C’est l’hypothèse qu’émettent le professeur Paul Charbonneau et le doctorant Alexandre Champagne-Ruel, du Département de physique de l’Université de Montréal, dans une étude publiée récemment dans la revue scientifique Life.

Un modèle numérique basé sur la théorie de Darwin

Alexandre Champagne-Ruel

Alexandre Champagne-Ruel

Partant de l’hypothèse selon laquelle la vie a commencé sur Terre grâce à des réseaux de molécules autoreproductrices, les chercheurs ont modélisé par ordinateur divers environnements qui leur ont permis d’observer l’évolution des interactions qui auraient prévalu lors de l’apparition de la vie.

«En physique, nous nous intéressons de façon plus large à l’émergence de la complexité, dont le domaine du vivant, dit Alexandre Champagne-Ruel. Or, plusieurs modèles d’émergence du vivant présupposent une certaine forme de collaboration entre les constituants en jeu.»

Dans un premier temps, son directeur de thèse et lui ont basé leur modèle sur le dilemme du prisonnier, une composante de la théorie des jeux utilisée dans différents domaines scientifiques pour analyser les interactions entre les «joueurs», qui peuvent être en compétition, se comporter de manière parasitique ou coopérer en fonction des avantages qu’ils en tirent.

Puis, ils ont intégré graduellement les trois éléments principaux d’un système darwinien, soit la sélection, l’héritabilité et la variation (ou mutation) – la simulation se déroulant sur une grille dans laquelle les «joueurs» s’affrontent librement et à répétition.

«Durant la simulation, nous comptabilisons les stratégies qui obtiennent les meilleurs pointages et leur permettons de se propager, recréant une dynamique qui a pu prévaloir dans un environnement prébiotique», ajoute l’auteur principal de l’étude.

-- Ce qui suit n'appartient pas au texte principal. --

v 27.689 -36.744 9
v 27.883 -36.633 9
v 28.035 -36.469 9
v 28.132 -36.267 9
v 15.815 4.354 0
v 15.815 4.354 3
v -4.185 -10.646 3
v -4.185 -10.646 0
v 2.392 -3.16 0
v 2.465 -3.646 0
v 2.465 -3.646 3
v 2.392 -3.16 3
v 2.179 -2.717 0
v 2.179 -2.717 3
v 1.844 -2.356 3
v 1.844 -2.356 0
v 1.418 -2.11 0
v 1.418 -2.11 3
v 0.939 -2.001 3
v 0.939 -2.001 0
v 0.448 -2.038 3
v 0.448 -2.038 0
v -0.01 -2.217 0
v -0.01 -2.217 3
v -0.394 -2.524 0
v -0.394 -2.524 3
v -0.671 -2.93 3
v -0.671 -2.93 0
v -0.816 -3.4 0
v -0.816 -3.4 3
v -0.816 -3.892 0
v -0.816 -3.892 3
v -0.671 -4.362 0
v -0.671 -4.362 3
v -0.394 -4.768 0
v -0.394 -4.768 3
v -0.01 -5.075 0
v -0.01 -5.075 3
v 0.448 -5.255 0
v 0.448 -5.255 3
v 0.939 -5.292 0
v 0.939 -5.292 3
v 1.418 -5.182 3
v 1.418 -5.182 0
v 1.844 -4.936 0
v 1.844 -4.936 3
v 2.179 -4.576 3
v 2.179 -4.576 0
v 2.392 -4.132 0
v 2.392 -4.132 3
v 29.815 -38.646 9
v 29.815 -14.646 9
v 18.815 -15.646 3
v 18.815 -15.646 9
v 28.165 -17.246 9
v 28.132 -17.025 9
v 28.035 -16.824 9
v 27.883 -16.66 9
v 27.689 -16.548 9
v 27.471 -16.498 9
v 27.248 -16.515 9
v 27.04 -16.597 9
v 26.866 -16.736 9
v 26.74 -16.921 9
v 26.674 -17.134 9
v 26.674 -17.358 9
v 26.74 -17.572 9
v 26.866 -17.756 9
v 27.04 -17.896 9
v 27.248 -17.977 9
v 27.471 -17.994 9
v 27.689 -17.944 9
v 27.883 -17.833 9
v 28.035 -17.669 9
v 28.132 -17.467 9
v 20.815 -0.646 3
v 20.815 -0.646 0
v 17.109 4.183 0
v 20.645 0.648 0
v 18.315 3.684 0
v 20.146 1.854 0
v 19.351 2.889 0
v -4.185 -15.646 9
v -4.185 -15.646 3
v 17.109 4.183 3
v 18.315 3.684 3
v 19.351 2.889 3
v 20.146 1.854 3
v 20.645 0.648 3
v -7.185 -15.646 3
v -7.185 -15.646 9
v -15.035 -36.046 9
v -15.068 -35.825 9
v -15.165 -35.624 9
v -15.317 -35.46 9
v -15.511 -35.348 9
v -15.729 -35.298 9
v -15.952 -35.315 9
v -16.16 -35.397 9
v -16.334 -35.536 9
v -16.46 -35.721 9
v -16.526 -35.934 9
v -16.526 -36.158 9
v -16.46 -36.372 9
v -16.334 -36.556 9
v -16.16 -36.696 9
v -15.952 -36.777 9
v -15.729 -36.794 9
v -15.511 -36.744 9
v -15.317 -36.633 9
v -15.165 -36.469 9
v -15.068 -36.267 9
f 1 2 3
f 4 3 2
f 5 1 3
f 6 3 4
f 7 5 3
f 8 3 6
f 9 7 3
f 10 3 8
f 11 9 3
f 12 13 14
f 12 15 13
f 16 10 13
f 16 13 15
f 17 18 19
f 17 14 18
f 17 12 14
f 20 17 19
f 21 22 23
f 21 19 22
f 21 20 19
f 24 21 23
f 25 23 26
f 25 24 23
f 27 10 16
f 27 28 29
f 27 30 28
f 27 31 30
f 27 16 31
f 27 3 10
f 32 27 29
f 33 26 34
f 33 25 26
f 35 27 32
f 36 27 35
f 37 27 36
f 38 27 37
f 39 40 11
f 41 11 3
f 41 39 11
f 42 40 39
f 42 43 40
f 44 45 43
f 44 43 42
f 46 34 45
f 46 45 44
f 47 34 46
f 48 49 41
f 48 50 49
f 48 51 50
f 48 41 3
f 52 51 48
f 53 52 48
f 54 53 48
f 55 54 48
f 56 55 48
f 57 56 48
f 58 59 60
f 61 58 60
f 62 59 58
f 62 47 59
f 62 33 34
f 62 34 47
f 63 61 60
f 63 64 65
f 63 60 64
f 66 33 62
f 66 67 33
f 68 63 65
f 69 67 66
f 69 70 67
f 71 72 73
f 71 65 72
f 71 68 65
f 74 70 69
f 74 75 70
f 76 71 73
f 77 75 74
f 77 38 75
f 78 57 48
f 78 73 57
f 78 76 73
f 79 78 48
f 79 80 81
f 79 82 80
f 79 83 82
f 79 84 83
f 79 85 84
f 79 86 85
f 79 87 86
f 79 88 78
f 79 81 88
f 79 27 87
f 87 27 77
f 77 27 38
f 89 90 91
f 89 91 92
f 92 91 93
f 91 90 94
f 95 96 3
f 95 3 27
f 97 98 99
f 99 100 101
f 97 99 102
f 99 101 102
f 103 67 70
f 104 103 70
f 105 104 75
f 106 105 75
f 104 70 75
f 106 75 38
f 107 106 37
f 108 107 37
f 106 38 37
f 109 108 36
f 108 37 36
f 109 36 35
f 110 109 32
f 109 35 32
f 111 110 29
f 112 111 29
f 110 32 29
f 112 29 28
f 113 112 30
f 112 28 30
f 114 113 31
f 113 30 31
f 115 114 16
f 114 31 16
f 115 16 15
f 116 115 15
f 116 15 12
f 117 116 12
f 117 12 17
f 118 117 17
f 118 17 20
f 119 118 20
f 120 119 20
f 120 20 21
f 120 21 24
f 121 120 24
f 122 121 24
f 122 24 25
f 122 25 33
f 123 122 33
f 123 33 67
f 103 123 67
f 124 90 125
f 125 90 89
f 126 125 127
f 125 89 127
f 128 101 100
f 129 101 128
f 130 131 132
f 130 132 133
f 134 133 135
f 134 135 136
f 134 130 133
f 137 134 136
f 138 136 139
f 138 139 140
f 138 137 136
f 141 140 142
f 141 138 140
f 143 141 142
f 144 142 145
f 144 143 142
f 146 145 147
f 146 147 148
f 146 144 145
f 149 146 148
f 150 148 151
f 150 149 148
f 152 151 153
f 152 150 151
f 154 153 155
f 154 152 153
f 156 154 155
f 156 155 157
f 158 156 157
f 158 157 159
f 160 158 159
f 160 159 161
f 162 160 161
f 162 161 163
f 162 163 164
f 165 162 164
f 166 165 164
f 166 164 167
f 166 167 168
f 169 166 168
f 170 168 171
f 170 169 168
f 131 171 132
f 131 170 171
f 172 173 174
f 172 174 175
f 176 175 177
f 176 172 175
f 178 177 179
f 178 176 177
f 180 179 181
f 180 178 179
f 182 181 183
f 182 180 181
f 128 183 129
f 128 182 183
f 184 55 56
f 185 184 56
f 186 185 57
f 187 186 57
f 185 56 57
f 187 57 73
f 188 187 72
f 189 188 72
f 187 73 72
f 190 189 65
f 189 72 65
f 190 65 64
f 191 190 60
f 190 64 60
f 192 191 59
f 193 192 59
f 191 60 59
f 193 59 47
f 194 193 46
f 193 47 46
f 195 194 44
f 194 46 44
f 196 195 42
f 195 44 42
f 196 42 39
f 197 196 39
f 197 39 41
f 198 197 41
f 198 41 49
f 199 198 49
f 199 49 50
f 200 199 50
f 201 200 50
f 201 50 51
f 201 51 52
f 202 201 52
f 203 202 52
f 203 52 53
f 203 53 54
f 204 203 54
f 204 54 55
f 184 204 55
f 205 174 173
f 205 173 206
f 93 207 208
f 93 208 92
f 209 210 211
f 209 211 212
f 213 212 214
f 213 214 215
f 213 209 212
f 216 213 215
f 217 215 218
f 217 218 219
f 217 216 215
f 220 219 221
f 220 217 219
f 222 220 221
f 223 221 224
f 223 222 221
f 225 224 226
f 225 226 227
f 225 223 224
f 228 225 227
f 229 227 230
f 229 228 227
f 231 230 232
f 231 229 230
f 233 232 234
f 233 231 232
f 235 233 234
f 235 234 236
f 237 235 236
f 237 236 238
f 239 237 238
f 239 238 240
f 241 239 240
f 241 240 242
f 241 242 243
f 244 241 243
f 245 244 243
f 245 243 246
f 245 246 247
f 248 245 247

Un changement brusque apparenté à une transition de phase

Paul Charbonneau

Paul Charbonneau

Au fil des interactions, Alexandre Champagne-Ruel a constaté que les agents ou joueurs parasitiques ont souvent dominé, «ce qui est un résultat connu en théorie évolutive des jeux pour ce type de simulation». Et en incluant un taux d’erreur des agents qui est non seulement héritable, mais également susceptible de muter, «les agents coopérateurs envahissent subitement le système dans pratiquement chacune des simulations, indique-t-il. Dès qu’ils sont placés dans un environnement évolutif qui inclut l’héritabilité et la variabilité, les agents coopérateurs prospèrent même dans un environnement foncièrement compétitif qui subit des perturbations externes importantes».

Cet envahissement soudain des agents coopérateurs ressemble à ce qu’on appelle en physique une transition de phase – c’est-à-dire une réorganisation d’un système qui se produit brusquement et spontanément, comme lorsque l’eau atteint son point d’ébullition.

«Notre modèle renforce l’idée que l’émergence de la vie pourrait s’apparenter à une transition de phase – une hypothèse qui a déjà été formulée dans des travaux antérieurs», illustre le doctorant, qui présentera d’ailleurs ses résultats le 17 mai à Atlanta, à l’occasion de l’AbSciCon 2022, une importante conférence internationale en astrobiologie.

La coopération à l’origine de la vie sur d’autres planètes?

Les résultats de l’étude d’Alexandre Champagne-Ruel montrent donc que, «même en l’absence de génomes perfectionnés et d’organismes au comportement complexe, la coopération peut non seulement émerger spontanément, mais aussi s’établir d’une manière facile et robuste».

«Si la coopération entre molécules et organismes survient aussi facilement dans la nature, cela donne à penser que la vie pourrait donc aussi se manifester dans des environnements défavorables que pourrait détecter dans un futur proche le télescope spatial James-Webb, conclut le chercheur. Ainsi, les astrobiologistes ne  doivent donc négliger aucun indice, car la coopération naturelle – et donc la vie! – pourrait apparaître même au sein d’environnements à priori peu hospitaliers.»